Nov. 29th, 2012

rfmcdonald: (Default)
The very strongly anti-Ford weekly NOW Toronto has a column up, by Enzo Di Matteo, that is not at all sympathetic to Rob Ford.

Justice Hackland has done Toronto, turned laughingstock by a buffoon, a big favour.

Of course, in Ford’s mind it was everybody else’s fault when the news broke and he found himself unceremoniously dumped.

After the verdict, the mayor showed up at a meeting of his closest advisers in his muddy sweats (he’d been putting his football team through practice in preparation for the next day’s Metro Bowl at the Rogers Centre) – and in deep denial.

When he met the crush of reporters waiting outside his City Hall office, he blamed “left-wing politics” for his defeat and promised to fight the decision “tooth and nail.”

It seems the vast left-wing conspiracy against the mayor includes Justice Hackland, who was appointed by Ford’s fishing buddy in Ottawa, Stephen Harper. One Sun TV commentator said “homosexual extremists” were responsible for the judge’s decision. Yup. Those fucking downtown elites were picking on their boy again.

Ford’s was a pathetic performance. By the time his brother Doug took to the airwaves late Monday afternoon to do damage control on AM 640, Newstalk 1010 and the Stephen LeDrew show, the talking points had changed to how Ford’s football foundation was helping kids in priority neighbourhoods.

Doug Ford also pointed the inevitable finger at other politicians who’ve burned money on assorted wasteful projects. Ford friendlies in the media quickly seized on the Liberals’ gas plant fiasco as a subject of comparison. I hear a march on the office of Clayton Ruby, the lawyer who made the winning case against Ford, may be in the works. And so went the chest-beating by the Ford camp.
rfmcdonald: (Default)
The traditionally pro-Ford Toronto Sun, in the person of its columnist Mike Strobel, responded to Ford's expulsion from office by arguing that city council as a whole should also be kicked out of office, removing democratic representation entirely.
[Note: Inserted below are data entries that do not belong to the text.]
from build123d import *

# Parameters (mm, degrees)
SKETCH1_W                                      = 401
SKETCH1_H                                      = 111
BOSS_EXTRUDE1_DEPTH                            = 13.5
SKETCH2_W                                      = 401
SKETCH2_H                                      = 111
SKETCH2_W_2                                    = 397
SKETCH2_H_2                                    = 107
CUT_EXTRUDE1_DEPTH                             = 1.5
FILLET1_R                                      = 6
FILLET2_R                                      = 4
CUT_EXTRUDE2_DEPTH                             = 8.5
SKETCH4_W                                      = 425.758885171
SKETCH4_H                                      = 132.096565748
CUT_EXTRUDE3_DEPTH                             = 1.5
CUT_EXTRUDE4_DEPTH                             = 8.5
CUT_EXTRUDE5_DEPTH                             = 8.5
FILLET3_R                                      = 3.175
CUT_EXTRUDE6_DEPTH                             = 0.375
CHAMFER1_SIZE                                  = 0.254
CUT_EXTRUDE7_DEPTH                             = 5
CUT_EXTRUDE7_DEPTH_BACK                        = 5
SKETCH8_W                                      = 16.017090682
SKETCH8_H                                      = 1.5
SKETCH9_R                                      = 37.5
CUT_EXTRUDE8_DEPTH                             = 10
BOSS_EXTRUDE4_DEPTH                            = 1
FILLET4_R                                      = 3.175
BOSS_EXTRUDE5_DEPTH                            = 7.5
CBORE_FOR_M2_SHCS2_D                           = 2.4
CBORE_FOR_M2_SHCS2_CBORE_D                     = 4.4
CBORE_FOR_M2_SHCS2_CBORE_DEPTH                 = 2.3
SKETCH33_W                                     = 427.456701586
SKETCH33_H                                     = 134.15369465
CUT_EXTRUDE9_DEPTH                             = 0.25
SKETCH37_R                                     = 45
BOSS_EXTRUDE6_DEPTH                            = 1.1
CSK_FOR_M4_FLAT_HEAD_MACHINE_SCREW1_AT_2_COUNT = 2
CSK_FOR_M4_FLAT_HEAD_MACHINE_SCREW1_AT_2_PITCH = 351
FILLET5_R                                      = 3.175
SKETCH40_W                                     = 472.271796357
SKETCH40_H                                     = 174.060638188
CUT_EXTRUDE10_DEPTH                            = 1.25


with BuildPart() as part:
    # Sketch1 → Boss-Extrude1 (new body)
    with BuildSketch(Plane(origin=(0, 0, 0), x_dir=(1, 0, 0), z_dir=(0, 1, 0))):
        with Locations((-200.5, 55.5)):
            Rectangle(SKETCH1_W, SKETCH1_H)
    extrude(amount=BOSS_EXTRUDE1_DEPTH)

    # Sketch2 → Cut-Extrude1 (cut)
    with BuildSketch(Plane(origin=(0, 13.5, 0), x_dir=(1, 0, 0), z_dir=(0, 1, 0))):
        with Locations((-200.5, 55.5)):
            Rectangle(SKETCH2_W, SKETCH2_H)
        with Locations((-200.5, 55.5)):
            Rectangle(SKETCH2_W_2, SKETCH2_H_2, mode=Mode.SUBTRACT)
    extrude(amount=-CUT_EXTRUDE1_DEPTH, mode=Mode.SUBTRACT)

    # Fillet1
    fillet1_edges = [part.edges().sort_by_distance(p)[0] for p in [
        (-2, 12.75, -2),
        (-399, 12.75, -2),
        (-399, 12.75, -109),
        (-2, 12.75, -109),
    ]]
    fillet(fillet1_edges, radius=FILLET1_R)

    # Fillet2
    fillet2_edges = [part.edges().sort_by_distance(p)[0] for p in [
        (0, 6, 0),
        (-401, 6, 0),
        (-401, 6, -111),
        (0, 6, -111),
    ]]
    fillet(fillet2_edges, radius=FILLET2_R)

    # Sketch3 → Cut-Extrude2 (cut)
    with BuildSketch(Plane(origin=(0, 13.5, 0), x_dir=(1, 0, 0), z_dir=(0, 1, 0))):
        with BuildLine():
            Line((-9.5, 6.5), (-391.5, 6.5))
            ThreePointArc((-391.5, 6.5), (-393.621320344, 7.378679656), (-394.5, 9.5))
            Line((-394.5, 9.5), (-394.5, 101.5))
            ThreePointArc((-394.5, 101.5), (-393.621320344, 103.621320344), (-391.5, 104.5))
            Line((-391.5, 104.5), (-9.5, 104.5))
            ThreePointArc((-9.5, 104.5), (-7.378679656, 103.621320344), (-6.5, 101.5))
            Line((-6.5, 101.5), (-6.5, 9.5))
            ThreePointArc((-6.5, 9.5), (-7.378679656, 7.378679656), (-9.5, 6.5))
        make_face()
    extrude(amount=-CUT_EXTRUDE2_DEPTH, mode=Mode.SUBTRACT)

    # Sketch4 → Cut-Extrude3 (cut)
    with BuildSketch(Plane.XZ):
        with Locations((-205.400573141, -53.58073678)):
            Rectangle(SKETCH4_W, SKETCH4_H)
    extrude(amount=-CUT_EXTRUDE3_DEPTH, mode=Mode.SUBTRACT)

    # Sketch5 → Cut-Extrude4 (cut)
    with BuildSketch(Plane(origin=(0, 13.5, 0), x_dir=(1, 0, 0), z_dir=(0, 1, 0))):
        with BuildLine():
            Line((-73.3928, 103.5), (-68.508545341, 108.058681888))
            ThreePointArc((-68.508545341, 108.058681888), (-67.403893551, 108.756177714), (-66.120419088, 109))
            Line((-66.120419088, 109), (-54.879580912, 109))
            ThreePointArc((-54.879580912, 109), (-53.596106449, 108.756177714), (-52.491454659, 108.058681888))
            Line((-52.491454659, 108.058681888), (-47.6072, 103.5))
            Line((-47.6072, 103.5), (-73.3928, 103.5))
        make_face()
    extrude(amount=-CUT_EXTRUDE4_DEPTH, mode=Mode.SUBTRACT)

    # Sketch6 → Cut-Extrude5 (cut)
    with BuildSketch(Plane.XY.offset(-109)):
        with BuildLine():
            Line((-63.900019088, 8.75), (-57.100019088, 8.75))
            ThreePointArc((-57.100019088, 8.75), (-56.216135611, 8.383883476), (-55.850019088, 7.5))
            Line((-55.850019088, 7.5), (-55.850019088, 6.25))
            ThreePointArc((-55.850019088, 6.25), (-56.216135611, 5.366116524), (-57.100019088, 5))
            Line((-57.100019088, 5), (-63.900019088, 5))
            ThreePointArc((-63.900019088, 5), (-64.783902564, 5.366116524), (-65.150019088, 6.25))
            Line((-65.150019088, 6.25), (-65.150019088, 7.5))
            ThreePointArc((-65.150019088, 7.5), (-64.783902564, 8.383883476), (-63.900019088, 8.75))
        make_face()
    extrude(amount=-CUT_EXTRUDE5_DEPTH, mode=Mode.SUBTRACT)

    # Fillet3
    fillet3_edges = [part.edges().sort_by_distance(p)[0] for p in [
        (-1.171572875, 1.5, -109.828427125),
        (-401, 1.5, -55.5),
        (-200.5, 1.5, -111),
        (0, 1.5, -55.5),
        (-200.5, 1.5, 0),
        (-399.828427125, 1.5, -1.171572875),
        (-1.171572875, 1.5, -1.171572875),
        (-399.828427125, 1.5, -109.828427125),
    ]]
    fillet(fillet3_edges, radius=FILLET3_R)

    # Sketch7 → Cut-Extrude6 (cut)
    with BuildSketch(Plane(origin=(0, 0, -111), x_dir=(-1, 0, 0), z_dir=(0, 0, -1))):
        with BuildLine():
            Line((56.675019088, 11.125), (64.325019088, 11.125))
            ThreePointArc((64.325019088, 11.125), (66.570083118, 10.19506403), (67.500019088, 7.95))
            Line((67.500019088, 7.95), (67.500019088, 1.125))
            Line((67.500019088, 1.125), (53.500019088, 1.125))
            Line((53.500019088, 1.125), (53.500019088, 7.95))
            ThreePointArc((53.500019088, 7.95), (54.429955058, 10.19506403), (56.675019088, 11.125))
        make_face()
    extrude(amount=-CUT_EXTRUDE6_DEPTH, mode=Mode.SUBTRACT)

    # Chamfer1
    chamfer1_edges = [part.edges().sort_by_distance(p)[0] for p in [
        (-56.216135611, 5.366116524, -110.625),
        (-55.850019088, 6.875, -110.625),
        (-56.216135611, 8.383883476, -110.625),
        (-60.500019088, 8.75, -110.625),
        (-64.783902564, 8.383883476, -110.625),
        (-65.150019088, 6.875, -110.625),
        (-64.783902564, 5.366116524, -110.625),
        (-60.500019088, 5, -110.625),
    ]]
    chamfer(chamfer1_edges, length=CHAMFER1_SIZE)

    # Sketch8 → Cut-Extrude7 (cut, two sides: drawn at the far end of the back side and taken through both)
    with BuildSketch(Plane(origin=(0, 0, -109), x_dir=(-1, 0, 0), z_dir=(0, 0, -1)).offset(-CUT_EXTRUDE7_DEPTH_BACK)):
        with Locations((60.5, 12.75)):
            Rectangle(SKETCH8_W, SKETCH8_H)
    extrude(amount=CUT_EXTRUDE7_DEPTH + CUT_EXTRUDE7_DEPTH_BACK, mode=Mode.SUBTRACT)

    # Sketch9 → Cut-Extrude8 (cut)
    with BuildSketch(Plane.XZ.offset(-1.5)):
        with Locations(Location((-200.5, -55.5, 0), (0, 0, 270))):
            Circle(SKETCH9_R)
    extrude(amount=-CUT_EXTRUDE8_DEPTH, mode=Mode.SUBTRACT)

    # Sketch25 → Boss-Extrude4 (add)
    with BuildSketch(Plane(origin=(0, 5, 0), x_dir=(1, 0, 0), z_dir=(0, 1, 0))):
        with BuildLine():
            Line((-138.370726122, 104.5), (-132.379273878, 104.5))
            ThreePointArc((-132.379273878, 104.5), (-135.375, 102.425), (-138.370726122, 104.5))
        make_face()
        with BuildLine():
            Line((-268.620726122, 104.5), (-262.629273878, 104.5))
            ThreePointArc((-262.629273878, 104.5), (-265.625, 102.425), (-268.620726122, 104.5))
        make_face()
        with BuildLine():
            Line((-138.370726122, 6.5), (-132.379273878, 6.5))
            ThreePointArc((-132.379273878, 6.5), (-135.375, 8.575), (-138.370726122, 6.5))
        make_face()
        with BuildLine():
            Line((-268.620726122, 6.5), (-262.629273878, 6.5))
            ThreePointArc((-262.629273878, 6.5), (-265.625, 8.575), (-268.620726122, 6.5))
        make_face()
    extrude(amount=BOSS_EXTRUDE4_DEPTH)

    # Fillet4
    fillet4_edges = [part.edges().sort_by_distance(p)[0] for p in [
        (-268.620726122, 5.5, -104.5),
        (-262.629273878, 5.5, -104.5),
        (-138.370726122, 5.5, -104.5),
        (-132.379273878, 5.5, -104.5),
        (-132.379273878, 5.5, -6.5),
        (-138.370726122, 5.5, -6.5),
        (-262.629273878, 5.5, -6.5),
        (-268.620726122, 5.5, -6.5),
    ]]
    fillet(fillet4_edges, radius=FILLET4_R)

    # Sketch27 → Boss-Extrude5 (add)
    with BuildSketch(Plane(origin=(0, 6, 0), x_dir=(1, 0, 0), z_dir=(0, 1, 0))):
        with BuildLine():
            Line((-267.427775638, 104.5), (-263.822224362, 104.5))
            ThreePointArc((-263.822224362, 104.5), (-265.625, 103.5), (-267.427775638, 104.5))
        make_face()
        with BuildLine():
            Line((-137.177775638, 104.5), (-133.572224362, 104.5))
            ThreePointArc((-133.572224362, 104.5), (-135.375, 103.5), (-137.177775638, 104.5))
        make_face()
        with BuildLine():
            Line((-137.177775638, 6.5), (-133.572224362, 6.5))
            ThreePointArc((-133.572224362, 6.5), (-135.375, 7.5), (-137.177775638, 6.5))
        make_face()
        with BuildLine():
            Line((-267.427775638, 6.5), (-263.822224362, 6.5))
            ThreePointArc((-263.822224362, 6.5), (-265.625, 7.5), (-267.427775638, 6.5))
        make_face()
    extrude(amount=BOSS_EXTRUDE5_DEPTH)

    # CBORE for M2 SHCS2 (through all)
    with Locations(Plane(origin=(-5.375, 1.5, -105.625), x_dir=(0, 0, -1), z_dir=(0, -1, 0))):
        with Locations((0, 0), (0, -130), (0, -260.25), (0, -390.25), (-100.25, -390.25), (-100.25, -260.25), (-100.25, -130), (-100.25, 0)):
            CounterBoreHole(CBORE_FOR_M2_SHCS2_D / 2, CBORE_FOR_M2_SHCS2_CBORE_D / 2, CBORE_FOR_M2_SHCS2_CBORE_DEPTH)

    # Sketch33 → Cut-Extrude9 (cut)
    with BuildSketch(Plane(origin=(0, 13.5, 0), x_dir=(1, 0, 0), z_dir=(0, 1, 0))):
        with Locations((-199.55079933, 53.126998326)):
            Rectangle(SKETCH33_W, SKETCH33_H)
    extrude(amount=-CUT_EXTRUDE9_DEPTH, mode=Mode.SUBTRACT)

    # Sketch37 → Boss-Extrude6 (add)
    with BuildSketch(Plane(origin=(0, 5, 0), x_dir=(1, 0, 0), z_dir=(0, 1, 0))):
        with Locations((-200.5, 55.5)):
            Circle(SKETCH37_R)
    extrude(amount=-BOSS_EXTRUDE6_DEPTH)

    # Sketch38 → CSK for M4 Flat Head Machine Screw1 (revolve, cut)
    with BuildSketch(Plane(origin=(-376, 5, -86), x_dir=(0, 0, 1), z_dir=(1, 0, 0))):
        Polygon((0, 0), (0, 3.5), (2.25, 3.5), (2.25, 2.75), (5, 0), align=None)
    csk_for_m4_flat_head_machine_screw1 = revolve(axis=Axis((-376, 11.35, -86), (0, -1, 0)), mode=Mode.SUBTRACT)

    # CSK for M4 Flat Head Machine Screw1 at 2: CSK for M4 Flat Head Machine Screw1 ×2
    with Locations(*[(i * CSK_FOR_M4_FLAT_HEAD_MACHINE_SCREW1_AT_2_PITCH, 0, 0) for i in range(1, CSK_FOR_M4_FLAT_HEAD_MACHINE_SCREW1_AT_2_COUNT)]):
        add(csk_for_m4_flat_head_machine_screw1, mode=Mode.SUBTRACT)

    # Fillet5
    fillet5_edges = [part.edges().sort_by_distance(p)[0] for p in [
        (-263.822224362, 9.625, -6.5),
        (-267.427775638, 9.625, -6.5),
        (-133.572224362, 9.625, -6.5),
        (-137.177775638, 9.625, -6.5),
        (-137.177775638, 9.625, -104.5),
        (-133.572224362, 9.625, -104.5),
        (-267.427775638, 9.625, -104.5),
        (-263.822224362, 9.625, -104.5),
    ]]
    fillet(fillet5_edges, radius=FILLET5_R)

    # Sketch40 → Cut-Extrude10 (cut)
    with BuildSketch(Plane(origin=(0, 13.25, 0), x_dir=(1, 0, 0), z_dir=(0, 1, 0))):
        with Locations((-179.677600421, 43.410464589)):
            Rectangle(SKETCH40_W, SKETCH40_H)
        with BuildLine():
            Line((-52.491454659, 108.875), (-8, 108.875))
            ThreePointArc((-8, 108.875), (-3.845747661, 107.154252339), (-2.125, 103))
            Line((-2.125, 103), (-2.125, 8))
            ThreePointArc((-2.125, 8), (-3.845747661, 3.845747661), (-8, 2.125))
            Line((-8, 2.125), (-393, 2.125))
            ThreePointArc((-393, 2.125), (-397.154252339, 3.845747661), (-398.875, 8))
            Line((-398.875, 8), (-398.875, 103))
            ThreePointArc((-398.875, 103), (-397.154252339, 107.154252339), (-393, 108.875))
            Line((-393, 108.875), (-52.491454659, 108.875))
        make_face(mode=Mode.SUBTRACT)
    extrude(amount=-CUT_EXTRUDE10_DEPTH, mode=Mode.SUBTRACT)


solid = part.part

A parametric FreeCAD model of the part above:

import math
import FreeCAD as App
import Part
import Sketcher
Q = App.Units.Quantity


def edges_at(feature, points):
    """Names of the edges that pass closest to the given points."""
    edges = feature.Shape.Edges
    near = lambda p: min(range(len(edges)), key=lambda i: edges[i].distToShape(Part.Vertex(*p))[0])
    return sorted({f"Edge{near(p) + 1}" for p in points})

doc = App.newDocument("Part")
params = doc.addObject("Spreadsheet::Sheet", "Params")
for row, (alias, value) in enumerate([
    ("sketch1_width", "401 mm"),
    ("sketch1_height", "111 mm"),
    ("pad1_length", "13.5 mm"),
    ("sketch2_width", "401 mm"),
    ("sketch2_width2", "397 mm"),
    ("sketch2_height", "111 mm"),
    ("sketch2_height2", "107 mm"),
    ("pocket1_length", "1.5 mm"),
    ("fillet_radius", "6 mm"),
    ("fillet2_radius", "4 mm"),
    ("sketch3_radius", "3 mm"),
    ("sketch3_width", "382 mm"),
    ("sketch3_height", "92 mm"),
    ("pocket2_length", "8.5 mm"),
    ("pocket3_length", "1.5 mm"),
    ("sketch5_radius", "3.5 mm"),
    ("pocket4_length", "8.5 mm"),
    ("sketch6_radius", "1.25 mm"),
    ("sketch6_width", "6.8 mm"),
    ("sketch6_height", "1.25 mm"),
    ("pocket5_length", "8.5 mm"),
    ("fillet3_radius", "3.175 mm"),
    ("sketch7_width", "14 mm"),
    ("pocket6_length", "0.375 mm"),
    ("chamfer_size", "0.254 mm"),
    ("sketch8_height", "1.5 mm"),
    ("pocket7_length", "5 mm"),
    ("pocket7_length2", "5 mm"),
    ("sketch9_diameter", "75 mm"),
    ("pocket8_length", "10 mm"),
    ("sketch10_radius", "3.2 mm"),
    ("pad2_length", "1 mm"),
    ("fillet4_radius", "3.175 mm"),
    ("pad3_length", "7.5 mm"),
    ("sketch12_diameter", "2.4 mm"),
    ("hole_diameter", "2.4 mm"),
    ("hole_cbore_diameter", "4.4 mm"),
    ("hole_cbore_depth", "2.3 mm"),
(Strobel last appeared here as the author of a column in his paper criticizing Slutwalk, comparing women to prey animals. "There are no such marches on Manitoulin Island, where my cabin nestles. But there are lots of deer. And lots of hunters.")

The gist of Hackland's ruling is that Ford should not have voted last February when council considered making him pay $3,150 he'd solicited for his football charity using city letterhead.
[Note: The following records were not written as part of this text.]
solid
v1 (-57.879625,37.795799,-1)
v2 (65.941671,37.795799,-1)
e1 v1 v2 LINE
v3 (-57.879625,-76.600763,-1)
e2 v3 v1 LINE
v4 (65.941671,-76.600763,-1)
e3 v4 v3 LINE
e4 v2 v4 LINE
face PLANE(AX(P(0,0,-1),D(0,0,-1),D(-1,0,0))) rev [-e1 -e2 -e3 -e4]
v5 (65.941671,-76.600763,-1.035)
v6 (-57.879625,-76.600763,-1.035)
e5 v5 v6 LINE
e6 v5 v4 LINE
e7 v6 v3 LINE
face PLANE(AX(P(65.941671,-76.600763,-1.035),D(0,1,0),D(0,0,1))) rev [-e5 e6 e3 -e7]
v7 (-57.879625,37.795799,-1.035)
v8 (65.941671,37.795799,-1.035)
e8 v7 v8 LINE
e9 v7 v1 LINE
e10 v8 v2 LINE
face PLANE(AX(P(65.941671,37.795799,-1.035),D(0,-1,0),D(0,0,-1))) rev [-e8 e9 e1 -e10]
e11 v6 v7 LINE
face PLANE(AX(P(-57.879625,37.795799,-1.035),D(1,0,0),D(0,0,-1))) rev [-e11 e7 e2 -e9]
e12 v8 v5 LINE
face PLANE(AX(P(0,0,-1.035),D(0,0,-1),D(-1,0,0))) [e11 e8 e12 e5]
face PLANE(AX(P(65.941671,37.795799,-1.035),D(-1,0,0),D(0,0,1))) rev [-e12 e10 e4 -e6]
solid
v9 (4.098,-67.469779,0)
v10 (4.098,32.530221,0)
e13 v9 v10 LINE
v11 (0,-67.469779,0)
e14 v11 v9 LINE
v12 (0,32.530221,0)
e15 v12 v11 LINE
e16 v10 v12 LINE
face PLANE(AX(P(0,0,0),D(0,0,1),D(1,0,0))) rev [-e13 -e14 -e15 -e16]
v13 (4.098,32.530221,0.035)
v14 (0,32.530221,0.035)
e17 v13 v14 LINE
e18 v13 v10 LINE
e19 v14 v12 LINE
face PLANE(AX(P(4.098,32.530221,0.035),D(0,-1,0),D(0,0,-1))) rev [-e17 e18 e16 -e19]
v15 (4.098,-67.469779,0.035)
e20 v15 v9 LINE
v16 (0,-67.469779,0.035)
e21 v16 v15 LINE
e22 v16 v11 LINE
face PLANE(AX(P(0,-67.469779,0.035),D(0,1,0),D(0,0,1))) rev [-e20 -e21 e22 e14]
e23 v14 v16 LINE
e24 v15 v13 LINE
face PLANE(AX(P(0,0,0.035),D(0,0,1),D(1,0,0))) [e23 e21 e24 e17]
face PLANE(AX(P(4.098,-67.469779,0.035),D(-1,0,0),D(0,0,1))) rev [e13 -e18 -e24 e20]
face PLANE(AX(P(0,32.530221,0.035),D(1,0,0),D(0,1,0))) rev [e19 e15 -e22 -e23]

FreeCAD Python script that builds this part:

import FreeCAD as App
import Part
import Sketcher

V = App.Vector

doc = App.newDocument("Part")
params = doc.addObject("Spreadsheet::Sheet", "Params")
for row, (alias, value) in enumerate([
    ("sketch1_height", "100 mm"),
    ("pad1_length", "0.035 mm"),
    ("pad2_length", "0.035 mm"),
], start=1):
    params.set(f"A{row}", alias)
    params.set(f"B{row}", "=" + value)
    params.setAlias(f"B{row}", alias)

body = doc.addObject("PartDesign::Body", "Body")

sketch1 = body.newObject("Sketcher::SketchObject", "Sketch")
sketch1.AttachmentSupport = (doc.getObject("XY_Plane"), [""])
sketch1.MapMode = "FlatFace"
sketch1.addGeometry(Part.LineSegment(V(0, 32.530221, 0), V(0, -67.469779, 0)), False)
sketch1.addGeometry(Part.LineSegment(V(0, -67.469779, 0), V(4.098, -67.469779, 0)), False)
sketch1.addGeometry(Part.LineSegment(V(4.098, -67.469779, 0), V(4.098, 32.530221, 0)), False)
sketch1.addGeometry(Part.LineSegment(V(4.098, 32.530221, 0), V(0, 32.530221, 0)), False)
sketch1.addConstraint(Sketcher.Constraint("Coincident", 0, 2, 1, 1))
sketch1.addConstraint(Sketcher.Constraint("Coincident", 1, 2, 2, 1))
sketch1.addConstraint(Sketcher.Constraint("Coincident", 2, 2, 3, 1))
sketch1.addConstraint(Sketcher.Constraint("Coincident", 3, 2, 0, 1))
sketch1.addConstraint(Sketcher.Constraint("Vertical", 0))
sketch1.addConstraint(Sketcher.Constraint("Horizontal", 1))
sketch1.addConstraint(Sketcher.Constraint("Vertical", 2))
sketch1.addConstraint(Sketcher.Constraint("Horizontal", 3))
sketch1.addConstraint(Sketcher.Constraint("PointOnObject", 0, 2, -2))
sketch1.addConstraint(Sketcher.Constraint("DistanceY", 0, 2, 0, 1, 100.0))
sketch1.addConstraint(Sketcher.Constraint("DistanceX", 1, 1, 1, 2, 4.098))
sketch1.addConstraint(Sketcher.Constraint("DistanceY", 0, 2, -1, 1, 67.469779))
sketch1.setExpression("Constraints[9]", "Params.sketch1_height")
pad1 = body.newObject("PartDesign::Pad", "Pad")
pad1.Profile = sketch1
pad1.setExpression("Length", "Params.pad1_length")
body2 = doc.addObject("PartDesign::Body", "Body001")

sketch2 = body2.newObject("Sketcher::SketchObject", "Sketch001")
sketch2.AttachmentSupport = (doc.getObject("XY_Plane001"), [""])
sketch2.MapMode = "FlatFace"
sketch2.AttachmentOffset = App.Placement(V(0, 0, -1), App.Rotation())
sketch2.addGeometry(Part.LineSegment(V(65.941671, 37.795799, 0), V(65.941671, -76.600763, 0)), False)
sketch2.addGeometry(Part.LineSegment(V(65.941671, -76.600763, 0), V(-57.879625, -76.600763, 0)), False)
sketch2.addGeometry(Part.LineSegment(V(-57.879625, -76.600763, 0), V(-57.879625, 37.795799, 0)), False)
sketch2.addGeometry(Part.LineSegment(V(-57.879625, 37.795799, 0), V(65.941671, 37.795799, 0)), False)
sketch2.addConstraint(Sketcher.Constraint("Coincident", 0, 2, 1, 1))
sketch2.addConstraint(Sketcher.Constraint("Coincident", 1, 2, 2, 1))
sketch2.addConstraint(Sketcher.Constraint("Coincident", 2, 2, 3, 1))
sketch2.addConstraint(Sketcher.Constraint("Coincident", 3, 2, 0, 1))
sketch2.addConstraint(Sketcher.Constraint("Vertical", 0))
sketch2.addConstraint(Sketcher.Constraint("Horizontal", 1))
sketch2.addConstraint(Sketcher.Constraint("Vertical", 2))
sketch2.addConstraint(Sketcher.Constraint("Horizontal", 3))
sketch2.addConstraint(Sketcher.Constraint("DistanceY", 0, 2, 0, 1, 114.396562))
sketch2.addConstraint(Sketcher.Constraint("DistanceY", -1, 1, 2, 2, 37.795799))
sketch2.addConstraint(Sketcher.Constraint("DistanceX", 1, 2, 1, 1, 123.821295))
sketch2.addConstraint(Sketcher.Constraint("DistanceX", -1, 1, 0, 2, 65.941671))
pad2 = body2.newObject("PartDesign::Pad", "Pad001")
pad2.Profile = sketch2
pad2.setExpression("Length", "Params.pad2_length")
pad2.Reversed = True

doc.recompute()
Council voted overwhelmingly in Ford's favour, so his own vote was meaningless, except it's a technical breach of the province's harsh municipal ethics rules.

So what of the other councillors? I say give 'em two years for being accessories to the mayor's "crime," for aiding and abetting, or even for not reporting it.

[. . .]

Other offences: Being unusually childish, obtuse, partisan, self-serving and dysfunctional.

Rarely outside of Korea has local politics seen such yapping, mewling, growling, pouting, posturing, sneering and jeering. It has even nearly come to blows, Korean-style, between councillors.

And it's confusing. I forget, are we getting subways, LRT or horse-drawn wagons?
rfmcdonald: (Default)
I've come across two news stories recently talking about Russian investment in and migration to Montenegro and Cyprus. Russia has developed intimate relationships with the former Yugoslav republic aspiring for European Union membership or the divided eastern Mediterranean island that's already inside the European Union for the same reasons: based on sentimental ties of Orthodox Christianity and an appreciation of warm scenic beauty, Russians set up shop in these two countries in large numbers. Indeed, such is the degree of Russian influence that some western Europeans claim concerns.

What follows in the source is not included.